The Department for Business, Energy & Industrial Strategy (BEIS) has launched a new competition for projects that can potentially compete with more established technologies on a commercial level, driving down cost and making it “desirable” for investors.

Up to three demonstration projects are expected to be built and tested by the end of 2021 under the ‘Storage at Scale’ competition.

They could include electrical energy storage with a minimum power output of 30MW such as compressed air, flow batteries and fly wheels and power-to-x projects with a minimum power input of 5MW where hydrogen, ammonia or biomethane could be generated from excess renewable production and stored.

The competition will consider proposals for pre-commercial innovative large, static electrical energy or power-to-x energy storage facilities, however, it is not open to conventional types of technologies like lithium-ion batteries, lead acid batteries or pumped hydro.

Additionally, funding will not be provided for technologies that are already widely commercially deployed in the UK or elsewhere or projects that have received public sector funding in the UK for programmes at a similar scale.

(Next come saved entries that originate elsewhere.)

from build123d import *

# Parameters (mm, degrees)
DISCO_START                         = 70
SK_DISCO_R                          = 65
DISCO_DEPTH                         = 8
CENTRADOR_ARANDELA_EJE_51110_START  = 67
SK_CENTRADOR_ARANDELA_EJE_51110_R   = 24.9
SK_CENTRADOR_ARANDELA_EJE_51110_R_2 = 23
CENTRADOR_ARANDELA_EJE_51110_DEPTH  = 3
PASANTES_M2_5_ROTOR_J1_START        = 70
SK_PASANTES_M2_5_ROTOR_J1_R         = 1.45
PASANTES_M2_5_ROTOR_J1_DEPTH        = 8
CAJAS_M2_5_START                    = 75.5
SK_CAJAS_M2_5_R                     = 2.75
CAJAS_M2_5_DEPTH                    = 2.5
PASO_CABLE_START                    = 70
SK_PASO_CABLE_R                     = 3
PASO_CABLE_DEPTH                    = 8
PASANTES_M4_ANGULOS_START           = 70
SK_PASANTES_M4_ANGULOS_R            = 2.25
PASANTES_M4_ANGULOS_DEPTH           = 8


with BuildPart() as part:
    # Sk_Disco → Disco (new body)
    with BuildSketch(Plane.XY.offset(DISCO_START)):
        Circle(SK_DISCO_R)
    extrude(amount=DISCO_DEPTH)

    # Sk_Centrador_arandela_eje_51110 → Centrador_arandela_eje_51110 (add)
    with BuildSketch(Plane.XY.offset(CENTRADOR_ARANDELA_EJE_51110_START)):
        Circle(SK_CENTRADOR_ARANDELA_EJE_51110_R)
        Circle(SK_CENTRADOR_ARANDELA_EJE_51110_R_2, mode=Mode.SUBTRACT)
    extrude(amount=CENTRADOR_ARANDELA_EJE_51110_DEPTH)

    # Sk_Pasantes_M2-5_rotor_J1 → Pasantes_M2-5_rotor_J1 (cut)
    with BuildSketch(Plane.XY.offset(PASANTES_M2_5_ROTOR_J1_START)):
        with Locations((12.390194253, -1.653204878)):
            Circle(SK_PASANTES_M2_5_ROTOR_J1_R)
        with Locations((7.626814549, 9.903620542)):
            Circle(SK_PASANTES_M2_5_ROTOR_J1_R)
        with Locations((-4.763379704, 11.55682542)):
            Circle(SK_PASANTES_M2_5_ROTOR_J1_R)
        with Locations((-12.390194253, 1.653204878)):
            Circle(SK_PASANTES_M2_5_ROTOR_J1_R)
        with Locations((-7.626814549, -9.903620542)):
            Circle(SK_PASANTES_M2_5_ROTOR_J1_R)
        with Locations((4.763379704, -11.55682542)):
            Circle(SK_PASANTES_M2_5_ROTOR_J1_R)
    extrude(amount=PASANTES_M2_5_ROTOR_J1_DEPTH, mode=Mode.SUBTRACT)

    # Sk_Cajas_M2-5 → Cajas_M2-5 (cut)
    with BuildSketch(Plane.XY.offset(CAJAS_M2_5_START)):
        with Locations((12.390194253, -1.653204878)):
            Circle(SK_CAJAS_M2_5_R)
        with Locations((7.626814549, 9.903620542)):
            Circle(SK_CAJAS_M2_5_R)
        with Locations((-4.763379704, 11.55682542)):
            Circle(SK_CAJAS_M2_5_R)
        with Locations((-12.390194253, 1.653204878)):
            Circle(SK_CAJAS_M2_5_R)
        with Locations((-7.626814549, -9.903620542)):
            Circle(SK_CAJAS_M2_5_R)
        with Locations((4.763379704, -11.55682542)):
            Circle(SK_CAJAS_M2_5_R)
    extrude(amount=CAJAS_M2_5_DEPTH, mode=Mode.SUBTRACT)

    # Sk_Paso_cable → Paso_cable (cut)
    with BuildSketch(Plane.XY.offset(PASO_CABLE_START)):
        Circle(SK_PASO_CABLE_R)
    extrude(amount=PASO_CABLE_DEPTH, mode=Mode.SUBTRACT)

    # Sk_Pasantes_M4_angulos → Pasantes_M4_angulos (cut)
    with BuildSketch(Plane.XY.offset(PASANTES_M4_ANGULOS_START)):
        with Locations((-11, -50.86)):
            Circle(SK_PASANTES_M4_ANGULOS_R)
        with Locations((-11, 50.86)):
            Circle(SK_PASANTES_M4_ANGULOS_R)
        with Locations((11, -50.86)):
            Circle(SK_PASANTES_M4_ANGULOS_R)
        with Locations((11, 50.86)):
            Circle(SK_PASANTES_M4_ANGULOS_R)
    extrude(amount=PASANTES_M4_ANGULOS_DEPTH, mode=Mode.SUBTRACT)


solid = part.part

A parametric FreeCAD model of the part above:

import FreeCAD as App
import Part
import Sketcher
from FreeCAD import Vector
Q = App.Units.Quantity

doc = App.newDocument("Part")
body = doc.addObject("PartDesign::Body", "Body")

# Sketch on XY plane
sketch1 = body.newObject("Sketcher::SketchObject", "Sketch")
sketch1.AttachmentSupport = (doc.getObject("XY_Plane"), [""])
sketch1.MapMode = "FlatFace"
sketch1.AttachmentOffset = App.Placement(Vector(0, 0, 70), App.Rotation())
sketch1.addGeometry(Part.Circle(Vector(0, 0, 0), Vector(0, 0, 1), 65), False)
sketch1.addConstraint([
    Sketcher.Constraint("Coincident", 0, 3, -1, 1),
    Sketcher.Constraint("Diameter", 0, Q("130 mm")),
])
pad1 = body.newObject("PartDesign::Pad", "Pad")
pad1.Profile = sketch1
pad1.Length = 8

# Sketch on XY plane
sketch2 = body.newObject("Sketcher::SketchObject", "Sketch001")
sketch2.AttachmentSupport = (doc.getObject("XY_Plane"), [""])
sketch2.MapMode = "FlatFace"
sketch2.AttachmentOffset = App.Placement(Vector(0, 0, 67), App.Rotation())
sketch2.addGeometry([
    Part.Circle(Vector(0, 0, 0), Vector(0, 0, 1), 25),
    Part.Circle(Vector(0, 0, 0), Vector(0, 0, 1), 23),
], False)
sketch2.addConstraint([
    Sketcher.Constraint("Coincident", 0, 3, -1, 1),
    Sketcher.Constraint("Coincident", 1, 3, -1, 1),
    Sketcher.Constraint("Diameter", 1, Q("46 mm")),
    Sketcher.Constraint("Diameter", 0, Q("49.8 mm")),
])
pad2 = body.newObject("PartDesign::Pad", "Pad001")
pad2.Profile = sketch2
pad2.Length = 3

# Sketch on XY plane
sketch3 = body.newObject("Sketcher::SketchObject", "Sketch002")
sketch3.AttachmentSupport = (doc.getObject("XY_Plane"), [""])
sketch3.MapMode = "FlatFace"
sketch3.AttachmentOffset = App.Placement(Vector(0, 0, 70), App.Rotation())
sketch3.addGeometry([
    Part.Circle(Vector(12.4, -1.7, 0), Vector(0, 0, 1), 1.4),  # 0
    Part.Circle(Vector(7.6, 9.9, 0), Vector(0, 0, 1), 1.4),  # 1
    Part.Circle(Vector(-4.8, 11.6, 0), Vector(0, 0, 1), 1.4),  # 2
    Part.Circle(Vector(-12.4, 1.7, 0), Vector(0, 0, 1), 1.4),  # 3
    Part.Circle(Vector(-7.6, -9.9, 0), Vector(0, 0, 1), 1.4),  # 4
    Part.Circle(Vector(4.8, -11.6, 0), Vector(0, 0, 1), 1.4),  # 5
], False)
sketch3.addConstraint([
    Sketcher.Constraint("Equal", 0, 1),
    Sketcher.Constraint("Equal", 1, 2),
    Sketcher.Constraint("Equal", 2, 3),
    Sketcher.Constraint("Equal", 3, 4),
    Sketcher.Constraint("Equal", 4, 5),
    Sketcher.Constraint("Symmetric", 0, 3, 3, 3, -1, 1),
    Sketcher.Constraint("Symmetric", 1, 3, 4, 3, -1, 1),
    Sketcher.Constraint("Symmetric", 2, 3, 5, 3, -1, 1),
    Sketcher.Constraint("Diameter", 0, Q("2.9 mm")),
    Sketcher.Constraint("DistanceY", -1, 1, 1, 3, Q("9.903621 mm")),
    Sketcher.Constraint("DistanceX", 2, 3, -1, 1, Q("4.76338 mm")),
    Sketcher.Constraint("DistanceX", 1, 3, 0, 3, Q("4.76338 mm")),
    Sketcher.Constraint("DistanceY", 0, 3, 2, 3, Q("13.21003 mm")),
    Sketcher.Constraint("DistanceY", 3, 3, 2, 3, Q("9.903621 mm")),
    Sketcher.Constraint("DistanceX", 3, 3, 1, 3, Q("20.017009 mm")),
])
pocket1 = body.newObject("PartDesign::Pocket", "Pocket")
pocket1.Profile = sketch3
pocket1.Length = 8
pocket1.Reversed = True

# Sketch on XY plane
sketch4 = body.newObject("Sketcher::SketchObject", "Sketch003")
sketch4.AttachmentSupport = (doc.getObject("XY_Plane"), [""])
sketch4.MapMode = "FlatFace"
sketch4.AttachmentOffset = App.Placement(Vector(0, 0, 75.5), App.Rotation())
sketch4.addGeometry([
    Part.Circle(Vector(12.4, -1.7, 0), Vector(0, 0, 1), 2.8),  # 0
    Part.Circle(Vector(7.6, 9.9, 0), Vector(0, 0, 1), 2.8),  # 1
    Part.Circle(Vector(-4.8, 11.6, 0), Vector(0, 0, 1), 2.8),  # 2
    Part.Circle(Vector(-12.4, 1.7, 0), Vector(0, 0, 1), 2.8),  # 3
    Part.Circle(Vector(-7.6, -9.9, 0), Vector(0, 0, 1), 2.8),  # 4
    Part.Circle(Vector(4.8, -11.6, 0), Vector(0, 0, 1), 2.8),  # 5
], False)
sketch4.addConstraint([
    Sketcher.Constraint("Equal", 0, 1),
    Sketcher.Constraint("Equal", 1, 2),
    Sketcher.Constraint("Equal", 2, 3),
    Sketcher.Constraint("Equal", 3, 4),
    Sketcher.Constraint("Equal", 4, 5),
    Sketcher.Constraint("Symmetric", 0, 3, 3, 3, -1, 1),
    Sketcher.Constraint("Symmetric", 1, 3, 4, 3, -1, 1),
    Sketcher.Constraint("Symmetric", 2, 3, 5, 3, -1, 1),
    Sketcher.Constraint("Diameter", 0, Q("5.5 mm")),
    Sketcher.Constraint("DistanceY", -1, 1, 1, 3, Q("9.903621 mm")),
    Sketcher.Constraint("DistanceX", 2, 3, -1, 1, Q("4.76338 mm")),
    Sketcher.Constraint("DistanceX", 1, 3, 0, 3, Q("4.76338 mm")),
    Sketcher.Constraint("DistanceY", 0, 3, 2, 3, Q("13.21003 mm")),
    Sketcher.Constraint("DistanceY", 3, 3, 2, 3, Q("9.903621 mm")),
    Sketcher.Constraint("DistanceX", 3, 3, 1, 3, Q("20.017009 mm")),
])
pocket2 = body.newObject("PartDesign::Pocket", "Pocket001")
pocket2.Profile = sketch4
pocket2.Length = 2.5
pocket2.Reversed = True

# Sketch on XY plane
sketch5 = body.newObject("Sketcher::SketchObject", "Sketch004")
sketch5.AttachmentSupport = (doc.getObject("XY_Plane"), [""])
sketch5.MapMode = "FlatFace"
sketch5.AttachmentOffset = App.Placement(Vector(0, 0, 70), App.Rotation())
sketch5.addGeometry(Part.Circle(Vector(0, 0, 0), Vector(0, 0, 1), 3), False)
sketch5.addConstraint([
    Sketcher.Constraint("Coincident", 0, 3, -1, 1),
    Sketcher.Constraint("Diameter", 0, Q("6 mm")),
])
pocket3 = body.newObject("PartDesign::Pocket", "Pocket002")
pocket3.Profile = sketch5
pocket3.Length = 8
pocket3.Reversed = True

# Sketch on XY plane
sketch6 = body.newObject("Sketcher::SketchObject", "Sketch005")
sketch6.AttachmentSupport = (doc.getObject("XY_Plane"), [""])
sketch6.MapMode = "FlatFace"
sketch6.AttachmentOffset = App.Placement(Vector(0, 0, 70), App.Rotation())
sketch6.addGeometry([
    Part.Circle(Vector(-11, -50.9, 0), Vector(0, 0, 1), 2.2),
    Part.Circle(Vector(-11, 50.9, 0), Vector(0, 0, 1), 2.2),
    Part.Circle(Vector(11, -50.9, 0), Vector(0, 0, 1), 2.2),
    Part.Circle(Vector(11, 50.9, 0), Vector(0, 0, 1), 2.2),
], False)
sketch6.addConstraint([
    Sketcher.Constraint("Equal", 0, 1),
    Sketcher.Constraint("Equal", 1, 2),
    Sketcher.Constraint("Equal", 2, 3),
    Sketcher.Constraint("Symmetric", 1, 3, 2, 3, -1, 1),
    Sketcher.Constraint("Symmetric", 0, 3, 3, 3, -1, 1),
    Sketcher.Constraint("Symmetric", 0, 3, 2, 3, -2),
    Sketcher.Constraint("Diameter", 0, Q("4.5 mm")),
    Sketcher.Constraint("DistanceX", 0, 3, -1, 1, Q("11 mm")),
    Sketcher.Constraint("DistanceY", 0, 3, -1, 1, Q("50.86 mm")),
])
pocket4 = body.newObject("PartDesign::Pocket", "Pocket003")
pocket4.Profile = sketch6
pocket4.Length = 8
pocket4.Reversed = True

doc.recompute()
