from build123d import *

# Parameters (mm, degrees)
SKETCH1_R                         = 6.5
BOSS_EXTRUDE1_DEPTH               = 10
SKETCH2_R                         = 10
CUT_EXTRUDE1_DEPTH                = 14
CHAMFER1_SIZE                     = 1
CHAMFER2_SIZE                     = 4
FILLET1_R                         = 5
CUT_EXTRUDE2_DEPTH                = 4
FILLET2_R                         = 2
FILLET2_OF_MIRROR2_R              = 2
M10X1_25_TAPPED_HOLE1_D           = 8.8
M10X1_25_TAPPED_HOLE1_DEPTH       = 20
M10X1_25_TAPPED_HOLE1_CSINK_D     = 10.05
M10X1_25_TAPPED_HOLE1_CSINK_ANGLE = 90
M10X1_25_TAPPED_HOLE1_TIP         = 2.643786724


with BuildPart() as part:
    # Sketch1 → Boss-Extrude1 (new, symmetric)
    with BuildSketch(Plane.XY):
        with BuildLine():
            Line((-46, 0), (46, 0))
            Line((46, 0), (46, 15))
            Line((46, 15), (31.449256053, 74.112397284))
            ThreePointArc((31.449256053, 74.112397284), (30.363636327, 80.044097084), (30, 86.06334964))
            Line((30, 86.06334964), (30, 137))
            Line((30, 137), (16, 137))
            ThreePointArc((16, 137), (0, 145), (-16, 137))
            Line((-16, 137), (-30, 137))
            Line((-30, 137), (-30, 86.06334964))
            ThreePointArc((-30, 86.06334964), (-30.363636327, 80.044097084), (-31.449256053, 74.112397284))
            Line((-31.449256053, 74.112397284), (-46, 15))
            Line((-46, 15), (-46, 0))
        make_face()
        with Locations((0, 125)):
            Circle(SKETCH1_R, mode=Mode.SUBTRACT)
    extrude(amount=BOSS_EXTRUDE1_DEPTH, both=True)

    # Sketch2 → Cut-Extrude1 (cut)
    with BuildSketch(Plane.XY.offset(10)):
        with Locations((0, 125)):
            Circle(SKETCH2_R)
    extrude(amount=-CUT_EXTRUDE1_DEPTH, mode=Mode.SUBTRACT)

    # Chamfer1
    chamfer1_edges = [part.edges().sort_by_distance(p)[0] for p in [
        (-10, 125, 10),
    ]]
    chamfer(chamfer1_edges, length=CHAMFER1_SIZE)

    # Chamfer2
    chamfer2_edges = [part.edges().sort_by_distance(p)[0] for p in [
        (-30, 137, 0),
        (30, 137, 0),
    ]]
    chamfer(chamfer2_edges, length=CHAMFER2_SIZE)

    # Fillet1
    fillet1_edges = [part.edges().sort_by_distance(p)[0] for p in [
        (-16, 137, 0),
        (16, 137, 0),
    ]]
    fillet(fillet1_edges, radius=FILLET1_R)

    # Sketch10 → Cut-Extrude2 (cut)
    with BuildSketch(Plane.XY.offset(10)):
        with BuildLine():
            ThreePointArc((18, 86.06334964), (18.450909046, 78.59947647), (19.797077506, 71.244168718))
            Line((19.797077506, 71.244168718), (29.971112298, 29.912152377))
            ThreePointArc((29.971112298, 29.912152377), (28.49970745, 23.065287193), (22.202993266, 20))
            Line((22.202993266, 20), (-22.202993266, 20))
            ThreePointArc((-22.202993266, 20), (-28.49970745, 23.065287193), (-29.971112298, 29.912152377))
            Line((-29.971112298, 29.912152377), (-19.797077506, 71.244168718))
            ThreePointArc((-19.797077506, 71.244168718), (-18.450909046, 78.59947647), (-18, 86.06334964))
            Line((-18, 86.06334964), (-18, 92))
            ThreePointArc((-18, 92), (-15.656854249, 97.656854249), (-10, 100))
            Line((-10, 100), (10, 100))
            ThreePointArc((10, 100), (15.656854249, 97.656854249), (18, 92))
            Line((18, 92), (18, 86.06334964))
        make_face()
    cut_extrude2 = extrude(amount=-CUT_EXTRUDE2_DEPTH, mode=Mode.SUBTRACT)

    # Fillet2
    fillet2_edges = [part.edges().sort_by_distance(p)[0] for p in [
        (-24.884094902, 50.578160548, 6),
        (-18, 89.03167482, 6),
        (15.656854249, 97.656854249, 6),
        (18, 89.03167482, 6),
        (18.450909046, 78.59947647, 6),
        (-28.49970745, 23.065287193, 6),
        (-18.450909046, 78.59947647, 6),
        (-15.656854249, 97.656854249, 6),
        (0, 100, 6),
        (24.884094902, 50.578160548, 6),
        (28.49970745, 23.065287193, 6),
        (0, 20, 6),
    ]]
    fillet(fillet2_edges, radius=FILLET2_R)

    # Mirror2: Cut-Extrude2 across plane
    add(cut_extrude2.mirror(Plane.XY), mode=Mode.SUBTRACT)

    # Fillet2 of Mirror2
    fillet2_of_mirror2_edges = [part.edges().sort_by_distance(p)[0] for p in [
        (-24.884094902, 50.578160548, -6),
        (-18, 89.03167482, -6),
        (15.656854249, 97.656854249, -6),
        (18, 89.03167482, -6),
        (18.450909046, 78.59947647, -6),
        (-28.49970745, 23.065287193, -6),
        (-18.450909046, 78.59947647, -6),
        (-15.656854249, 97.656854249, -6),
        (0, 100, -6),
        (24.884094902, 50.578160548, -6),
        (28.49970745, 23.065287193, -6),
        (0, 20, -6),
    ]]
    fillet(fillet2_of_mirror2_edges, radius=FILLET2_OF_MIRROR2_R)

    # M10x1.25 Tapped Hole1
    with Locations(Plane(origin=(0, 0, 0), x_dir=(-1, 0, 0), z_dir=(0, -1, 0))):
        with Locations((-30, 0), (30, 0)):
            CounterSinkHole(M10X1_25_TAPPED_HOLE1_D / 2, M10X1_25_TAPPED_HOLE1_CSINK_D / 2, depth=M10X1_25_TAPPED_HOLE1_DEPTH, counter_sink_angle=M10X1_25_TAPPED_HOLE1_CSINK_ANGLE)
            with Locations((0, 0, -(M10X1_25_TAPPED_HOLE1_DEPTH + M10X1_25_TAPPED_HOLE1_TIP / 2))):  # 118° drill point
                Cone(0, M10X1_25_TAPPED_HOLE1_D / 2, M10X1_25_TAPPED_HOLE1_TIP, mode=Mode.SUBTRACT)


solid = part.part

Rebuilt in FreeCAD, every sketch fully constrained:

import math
import FreeCAD as App
import Part
import Sketcher
Q = App.Units.Quantity


def edges_at(feature, points):
    """Names of the edges that pass closest to the given points."""
    edges = feature.Shape.Edges
    near = lambda p: min(range(len(edges)), key=lambda i: edges[i].distToShape(Part.Vertex(*p))[0])
    return sorted({f"Edge{near(p) + 1}" for p in points})

doc = App.newDocument("Part")
body = doc.addObject("PartDesign::Body", "Body")

# Sketch on XY plane
sketch1 = body.newObject("Sketcher::SketchObject", "Sketch")
sketch1.AttachmentSupport = (doc.getObject("XY_Plane"), [""])
sketch1.MapMode = "FlatFace"
sketch1.addGeometry([
    Part.LineSegment(App.Vector(-46, 0, 0), App.Vector(46, 0, 0)),  # 0
    Part.LineSegment(App.Vector(46, 0, 0), App.Vector(46, 15, 0)),  # 1
    Part.LineSegment(App.Vector(46, 15, 0), App.Vector(31, 74, 0)),  # 2
    Part.ArcOfCircle(Part.Circle(App.Vector(80, 86, 0), App.Vector(0, 0, 1), 50), math.radians(180), math.radians(193.83)),  # 3
    Part.LineSegment(App.Vector(30, 86, 0), App.Vector(30, 137, 0)),  # 4
    Part.LineSegment(App.Vector(30, 137, 0), App.Vector(16, 137, 0)),  # 5
    Part.ArcOfCircle(Part.Circle(App.Vector(0, 125, 0), App.Vector(0, 0, 1), 20), math.radians(37), math.radians(143)),  # 6
    Part.LineSegment(App.Vector(-16, 137, 0), App.Vector(-30, 137, 0)),  # 7
    Part.LineSegment(App.Vector(-30, 137, 0), App.Vector(-30, 86, 0)),  # 8
    Part.ArcOfCircle(Part.Circle(App.Vector(-80, 86, 0), App.Vector(0, 0, 1), 50), math.radians(-13.83), math.radians(0)),  # 9
    Part.LineSegment(App.Vector(-31, 74, 0), App.Vector(-46, 15, 0)),  # 10
    Part.LineSegment(App.Vector(-46, 15, 0), App.Vector(-46, 0, 0)),  # 11
    Part.Circle(App.Vector(0, 125, 0), App.Vector(0, 0, 1), 6),  # 12
], False)
sketch1.addConstraint([
    Sketcher.Constraint("Coincident", 0, 2, 1, 1),
    Sketcher.Constraint("Coincident", 1, 2, 2, 1),
    Sketcher.Constraint("Tangent", 2, 2, 3, 2),
    Sketcher.Constraint("Tangent", 3, 1, 4, 1),
    Sketcher.Constraint("Coincident", 4, 2, 5, 1),
    Sketcher.Constraint("Coincident", 5, 2, 6, 1),
    Sketcher.Constraint("Coincident", 6, 2, 7, 1),
    Sketcher.Constraint("Coincident", 7, 2, 8, 1),
    Sketcher.Constraint("Tangent", 8, 2, 9, 2),
    Sketcher.Constraint("Tangent", 9, 1, 10, 1),
    Sketcher.Constraint("Coincident", 10, 2, 11, 1),
    Sketcher.Constraint("Coincident", 11, 2, 0, 1),
    Sketcher.Constraint("Horizontal", 0),
    Sketcher.Constraint("Vertical", 1),
    Sketcher.Constraint("Vertical", 4),
    Sketcher.Constraint("Horizontal", 5),
    Sketcher.Constraint("Horizontal", 7),
    Sketcher.Constraint("Vertical", 8),
    Sketcher.Constraint("Vertical", 11),
    Sketcher.Constraint("Coincident", 12, 3, 6, 3),
    Sketcher.Constraint("Equal", 3, 9),
    Sketcher.Constraint("Symmetric", 0, 2, 11, 2, -1, 1),
    Sketcher.Constraint("Symmetric", 3, 3, 9, 3, -2),
    Sketcher.Constraint("Symmetric", 5, 2, 6, 2, -2),
    Sketcher.Constraint("Horizontal", 2, 2, 9, 1),
    Sketcher.Constraint("Diameter", 12, Q("13 mm")),
    Sketcher.Constraint("Radius", 3, Q("50 mm")),
    Sketcher.Constraint("Radius", 6, Q("20 mm")),
    Sketcher.Constraint("DistanceX", 0, 1, 0, 2, Q("92 mm")),
    Sketcher.Constraint("DistanceX", 5, 2, 5, 1, Q("14 mm")),
    Sketcher.Constraint("DistanceY", 1, 1, 1, 2, Q("15 mm")),
    Sketcher.Constraint("DistanceX", -1, 1, 3, 3, Q("80 mm")),
    Sketcher.Constraint("DistanceY", -1, 1, 6, 3, Q("125 mm")),
    Sketcher.Constraint("DistanceY", 4, 1, 4, 2, Q("50.93665 mm")),
])
pad1 = body.newObject("PartDesign::Pad", "Pad")
pad1.Profile = sketch1
pad1.Length = 20
pad1.Midplane = True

The demonstrations should be cost-competitive to existing storage technologies and address limitations such as degradation and lifetime issues, geographical restrictions as well as safety and sustainability concerns.

Energy and Clean Growth Minister Claire Perry said: “We are moving to a cleaner, greener economy with renewable generation set to play an integral part of our smarter energy future. Energy storage, which helps store electricity when the wind isn’t blowing or sun isn’t shining, can help us change the way we power the world for the bettwe.

“That is why, as part of our modern Industrial Strategy, we’re committing £20 million to commercialise novel energy storage technology which can provide the right infrastructure for our growing renewables industry.”

The final date for registrations is 17th April and proposals must be submitted by 26th April 2019.